Banneker ran through the roster in the pocket-ledger. "Not yet. Some one that's hurt?"
"Don't know what became of her. Peach of a girl. Black hair, big, sleepy, black eyes with a fire in 'em. Dressed right. Traveling alone, and minding her own business, too. Had a stateroom in that Pullman there in the ditch. Noticed her initials on her traveling-bag."
"Have you seen her since the smash?"
"Don't know. Got a kind of confused recklection of seeing her wobbling around at the side of the track. Can't be sure, though. Might have been me."
"Might have been you? How could—"
"Wobbly, myself. Mixed in my thinks.
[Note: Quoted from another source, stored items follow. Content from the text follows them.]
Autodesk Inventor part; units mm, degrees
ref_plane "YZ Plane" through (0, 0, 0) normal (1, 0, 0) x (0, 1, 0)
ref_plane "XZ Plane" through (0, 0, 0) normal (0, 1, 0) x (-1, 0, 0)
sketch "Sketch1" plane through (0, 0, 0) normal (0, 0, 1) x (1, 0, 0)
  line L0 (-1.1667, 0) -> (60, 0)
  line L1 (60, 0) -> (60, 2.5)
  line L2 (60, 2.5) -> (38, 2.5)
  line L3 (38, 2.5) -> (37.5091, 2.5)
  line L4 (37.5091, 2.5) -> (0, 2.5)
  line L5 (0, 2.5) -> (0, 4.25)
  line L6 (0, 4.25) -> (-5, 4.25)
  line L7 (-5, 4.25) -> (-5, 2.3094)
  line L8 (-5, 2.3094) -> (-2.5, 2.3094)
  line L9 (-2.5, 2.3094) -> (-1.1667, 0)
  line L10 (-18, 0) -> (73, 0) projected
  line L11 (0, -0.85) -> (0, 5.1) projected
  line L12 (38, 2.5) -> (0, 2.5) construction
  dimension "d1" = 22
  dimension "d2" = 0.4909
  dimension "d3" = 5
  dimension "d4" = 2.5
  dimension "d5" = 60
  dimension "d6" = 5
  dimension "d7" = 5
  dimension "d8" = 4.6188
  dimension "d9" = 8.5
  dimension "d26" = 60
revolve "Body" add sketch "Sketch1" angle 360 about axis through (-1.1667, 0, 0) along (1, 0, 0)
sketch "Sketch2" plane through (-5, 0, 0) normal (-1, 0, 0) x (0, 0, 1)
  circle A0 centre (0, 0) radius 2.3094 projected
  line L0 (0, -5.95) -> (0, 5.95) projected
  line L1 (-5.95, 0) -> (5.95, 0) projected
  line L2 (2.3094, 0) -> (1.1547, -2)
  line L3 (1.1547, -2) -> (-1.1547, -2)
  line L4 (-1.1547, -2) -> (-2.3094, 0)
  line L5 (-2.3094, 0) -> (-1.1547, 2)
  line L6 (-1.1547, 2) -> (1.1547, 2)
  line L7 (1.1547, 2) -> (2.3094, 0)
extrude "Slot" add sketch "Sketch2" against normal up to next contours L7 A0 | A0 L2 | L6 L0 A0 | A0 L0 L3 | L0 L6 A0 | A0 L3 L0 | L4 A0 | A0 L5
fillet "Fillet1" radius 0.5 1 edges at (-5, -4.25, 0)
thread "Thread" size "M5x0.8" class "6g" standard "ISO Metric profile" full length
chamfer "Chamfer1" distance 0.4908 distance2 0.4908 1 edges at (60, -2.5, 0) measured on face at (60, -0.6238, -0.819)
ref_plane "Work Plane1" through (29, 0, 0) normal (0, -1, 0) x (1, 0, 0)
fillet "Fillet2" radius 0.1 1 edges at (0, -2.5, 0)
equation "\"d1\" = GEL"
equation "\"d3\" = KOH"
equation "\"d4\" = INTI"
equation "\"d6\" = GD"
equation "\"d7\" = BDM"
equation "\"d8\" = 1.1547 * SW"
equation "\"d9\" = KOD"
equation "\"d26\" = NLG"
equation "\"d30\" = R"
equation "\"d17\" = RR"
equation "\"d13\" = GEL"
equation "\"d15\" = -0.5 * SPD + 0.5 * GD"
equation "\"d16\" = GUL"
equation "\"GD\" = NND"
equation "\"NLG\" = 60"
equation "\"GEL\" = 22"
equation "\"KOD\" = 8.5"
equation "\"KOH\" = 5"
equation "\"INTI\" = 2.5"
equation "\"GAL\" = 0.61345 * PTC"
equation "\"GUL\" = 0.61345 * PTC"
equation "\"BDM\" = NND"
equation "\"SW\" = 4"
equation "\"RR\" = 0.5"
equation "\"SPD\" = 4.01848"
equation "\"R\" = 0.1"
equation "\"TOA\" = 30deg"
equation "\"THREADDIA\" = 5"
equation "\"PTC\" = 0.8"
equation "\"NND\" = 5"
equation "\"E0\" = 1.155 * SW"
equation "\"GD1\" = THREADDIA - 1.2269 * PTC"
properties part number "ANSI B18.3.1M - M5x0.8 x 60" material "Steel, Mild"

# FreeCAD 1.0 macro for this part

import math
import FreeCAD as App
import Part
import Sketcher

V = App.Vector
Q = App.Units.Quantity


def edges_at(feature, points):
    """Names of the edges that pass closest to the given points."""
    edges = feature.Shape.Edges
    near = lambda p: min(range(len(edges)), key=lambda i: edges[i].distToShape(Part.Vertex(*p))[0])
    return sorted({f"Edge{near(p) + 1}" for p in points})

doc = App.newDocument("Part")
body = doc.addObject("PartDesign::Body", "Body")

# Sketch on XY plane
sketch1 = doc.addObject("Sketcher::SketchObject", "Sketch")
body.addObject(sketch1)
sketch1.AttachmentSupport = (doc.XY_Plane, [""])
sketch1.MapMode = "FlatFace"
sketch1.addGeometry(Part.LineSegment(V(-2.5, 2.3, 0), V(-1.2, 0, 0)), False)
sketch1.addGeometry(Part.LineSegment(V(-1.2, 0, 0), V(60, 0, 0)), False)
sketch1.addGeometry(Part.LineSegment(V(60, 0, 0), V(60, 2.5, 0)), False)
sketch1.addGeometry(Part.LineSegment(V(60, 2.5, 0), V(0, 2.5, 0)), False)
sketch1.addGeometry(Part.LineSegment(V(0, 2.5, 0), V(0, 4.2, 0)), False)
sketch1.addGeometry(Part.LineSegment(V(0, 4.2, 0), V(-5, 4.2, 0)), False)
sketch1.addGeometry(Part.LineSegment(V(-5, 4.2, 0), V(-5, 2.3, 0)), False)
sketch1.addGeometry(Part.LineSegment(V(-5, 2.3, 0), V(-2.5, 2.3, 0)), False)
sketch1.addConstraint(Sketcher.Constraint("Coincident", 0, 2, 1, 1))
sketch1.addConstraint(Sketcher.Constraint("Coincident", 1, 2, 2, 1))
sketch1.addConstraint(Sketcher.Constraint("Coincident", 2, 2, 3, 1))
sketch1.addConstraint(Sketcher.Constraint("Coincident", 3, 2, 4, 1))
sketch1.addConstraint(Sketcher.Constraint("Coincident", 4, 2, 5, 1))
sketch1.addConstraint(Sketcher.Constraint("Coincident", 5, 2, 6, 1))
sketch1.addConstraint(Sketcher.Constraint("Coincident", 6, 2, 7, 1))
sketch1.addConstraint(Sketcher.Constraint("Coincident", 7, 2, 0, 1))
sketch1.addConstraint(Sketcher.Constraint("Horizontal", 1))
sketch1.addConstraint(Sketcher.Constraint("Vertical", 2))
sketch1.addConstraint(Sketcher.Constraint("Horizontal", 3))
sketch1.addConstraint(Sketcher.Constraint("Vertical", 4))
sketch1.addConstraint(Sketcher.Constraint("Horizontal", 5))
sketch1.addConstraint(Sketcher.Constraint("Vertical", 6))
sketch1.addConstraint(Sketcher.Constraint("Horizontal", 7))
sketch1.addConstraint(Sketcher.Constraint("PointOnObject", 0, 2, -1))
sketch1.addConstraint(Sketcher.Constraint("PointOnObject", 3, 2, -2))
sketch1.addConstraint(Sketcher.Constraint("Equal", 7, 2))
sketch1.addConstraint(Sketcher.Constraint("DistanceX", 3, 2, 3, 1, 60.0))
sketch1.addConstraint(Sketcher.Constraint("DistanceX", 5, 2, 5, 1, 5.0))
sketch1.addConstraint(Sketcher.Constraint("DistanceX", 7, 1, 7, 2, 2.5))
sketch1.addConstraint(Sketcher.Constraint("Angle", 0, Q("-60.0006 deg")))
sketch1.addConstraint(Sketcher.Constraint("DistanceY", 4, 1, 4, 2, 1.75))
sketch1.addConstraint(Sketcher.Constraint("DistanceX", 1, 1, 1, 2, 61.1667))
revolution = doc.addObject("PartDesign::Revolution", "Revolution")
body.addObject(revolution)
revolution.Profile = sketch1
revolution.ReferenceAxis = (sketch1, ["H_Axis"])
revolution.Angle = 360

# Sketch on YZ plane
sketch2 = doc.addObject("Sketcher::SketchObject", "Sketch001")
body.addObject(sketch2)
sketch2.AttachmentSupport = (doc.YZ_Plane, [""])
sketch2.MapMode = "FlatFace"
sketch2.AttachmentOffset = App.Placement(V(0, 0, -5), App.Rotation())
sketch2.addGeometry(Part.LineSegment(V(2, 1.2, 0), V(0, 2.3, 0)), False)
sketch2.addGeometry(Part.ArcOfCircle(Part.Circle(V(0, 0, 0), V(0, 0, 1), 2.3), math.radians(30), math.radians(90)), False)
sketch2.addGeometry(Part.ArcOfCircle(Part.Circle(V(0, 0, 0), V(0, 0, 1), 2.3), math.radians(90), math.radians(150)), False)
sketch2.addGeometry(Part.LineSegment(V(0, 2.3, 0), V(-2, 1.2, 0)), False)
sketch2.addGeometry(Part.ArcOfCircle(Part.Circle(V(0, 0, 0), V(0, 0, 1), 2.3), math.radians(-30), math.radians(30)), False)
sketch2.addGeometry(Part.LineSegment(V(2, -1.2, 0), V(2, 1.2, 0)), False)
sketch2.addGeometry(Part.LineSegment(V(-2, 1.2, 0), V(-2, -1.2, 0)), False)
sketch2.addGeometry(Part.ArcOfCircle(Part.Circle(V(0, 0, 0), V(0, 0, 1), 2.3), math.radians(150), math.radians(210)), False)
sketch2.addGeometry(Part.LineSegment(V(-2, -1.2, 0), V(0, -2.3, 0)), False)
sketch2.addGeometry(Part.ArcOfCircle(Part.Circle(V(0, 0, 0), V(0, 0, 1), 2.3), math.radians(-150), math.radians(-90)), False)
sketch2.addGeometry(Part.ArcOfCircle(Part.Circle(V(0, 0, 0), V(0, 0, 1), 2.3), math.radians(-90), math.radians(-30)), False)
sketch2.addGeometry(Part.LineSegment(V(0, -2.3, 0), V(2, -1.2, 0)), False)
sketch2.addConstraint(Sketcher.Constraint("Coincident", 0, 1, 1, 1))
sketch2.addConstraint(Sketcher.Constraint("Coincident", 1, 2, 0, 2))
sketch2.addConstraint(Sketcher.Constraint("Coincident", 2, 1, 3, 1))
sketch2.addConstraint(Sketcher.Constraint("Coincident", 3, 2, 2, 2))
sketch2.addConstraint(Sketcher.Constraint("Coincident", 4, 1, 5, 1))
sketch2.addConstraint(Sketcher.Constraint("Coincident", 5, 2, 4, 2))
sketch2.addConstraint(Sketcher.Constraint("Coincident", 6, 1, 7, 1))
sketch2.addConstraint(Sketcher.Constraint("Coincident", 7, 2, 6, 2))
sketch2.addConstraint(Sketcher.Constraint("Coincident", 8, 1, 9, 1))
sketch2.addConstraint(Sketcher.Constraint("Coincident", 9, 2, 8, 2))
sketch2.addConstraint(Sketcher.Constraint("Coincident", 10, 1, 11, 1))
sketch2.addConstraint(Sketcher.Constraint("Coincident", 11, 2, 10, 2))
sketch2.addConstraint(Sketcher.Constraint("Vertical", 5))
sketch2.addConstraint(Sketcher.Constraint("Vertical", 6))
sketch2.addConstraint(Sketcher.Constraint("Coincident", 1, 3, -1, 1))
sketch2.addConstraint(Sketcher.Constraint("Coincident", 2, 3, -1, 1))
sketch2.addConstraint(Sketcher.Constraint("Coincident", 4, 3, -1, 1))
sketch2.addConstraint(Sketcher.Constraint("Coincident", 7, 3, -1, 1))
sketch2.addConstraint(Sketcher.Constraint("Coincident", 9, 3, -1, 1))
sketch2.addConstraint(Sketcher.Constraint("Coincident", 10, 3, -1, 1))
sketch2.addConstraint(Sketcher.Constraint("Coincident", 2, 1, 1, 2))
sketch2.addConstraint(Sketcher.Constraint("Coincident", 5, 2, 0, 1))
sketch2.addConstraint(Sketcher.Constraint("Coincident", 6, 1, 3, 2))
sketch2.addConstraint(Sketcher.Constraint("Coincident", 8, 1, 7, 2))
sketch2.addConstraint(Sketcher.Constraint("Coincident", 10, 1, 9, 2))
sketch2.addConstraint(Sketcher.Constraint("PointOnObject", 1, 2, -2))
sketch2.addConstraint(Sketcher.Constraint("PointOnObject", 9, 2, -2))
sketch2.addConstraint(Sketcher.Constraint("Parallel", 0, 8))
sketch2.addConstraint(Sketcher.Constraint("Parallel", 3, 11))
sketch2.addConstraint(Sketcher.Constraint("Angle", 0, Q("150 deg")))
sketch2.addConstraint(Sketcher.Constraint("DistanceX", -1, 1, 0, 1, 2.0))
pad1 = doc.addObject("PartDesign::Pad", "Pad")
body.addObject(pad1)
pad1.Profile = sketch2
pad1.Length = 2.6786
doc.recompute()

fillet = doc.addObject("PartDesign::Fillet", "Fillet")
body.addObject(fillet)
fillet.Base = (pad1, edges_at(pad1, [(-5, -4.25, 0)]))
fillet.Radius = 0.5
doc.recompute()

chamfer = doc.addObject("PartDesign::Chamfer", "Chamfer")
body.addObject(chamfer)
chamfer.Base = (fillet, edges_at(fillet, [(60, -2.5, 0)]))
chamfer.ChamferType = "Two distances"
chamfer.Size = 0.4908
chamfer.Size2 = 0.4908
doc.recompute()

fillet2 = doc.addObject("PartDesign::Fillet", "Fillet001")
body.addObject(fillet2)
fillet2.Base = (chamfer, edges_at(chamfer, [(0, -2.5, 0)]))
fillet2.Radius = 0.1

doc.recompute()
When I came to I was pretty busy putting my lunch," explained the other with simple realism. "One of Mr. Pullman's seats butted me in the stomach. They ain't upholstered as soft as you'd think to look at 'em. I went reeling around, looking for Miss I. O. W., she being alone, you know, and I thought she might need some looking after. And I had that idea of having seen her with her hand to her head dazed and running—yes; that's it, she was running. Wow!" said the young man fervently. "She was a pretty thing! You don't suppose—" He turned hesitantly to the file of bodies, now decently covered with sheets.
For a grisly instant Banneker thought of the one mangled monstrosity—that to have been so lately loveliness and charm, with deep fire in its eyes and perhaps deep tenderness and passion in its heart. He dismissed the thought as being against the evidence and entered the initials in his booklet.
"I'll look out for her," said he. "Probably she's forward somewhere."
Without respite he toiled until a long whistle gave notice of the return of the locomotive which had gone forward to meet the delayed special from Stanwood. Human beings were clinging about it in little clusters like bees; physicians, nurses, officials, and hospital attendants. The dispatcher from Stanwood listened to Banneker's brief report, and sent him back to Manzanita, with a curt word of approval for his work.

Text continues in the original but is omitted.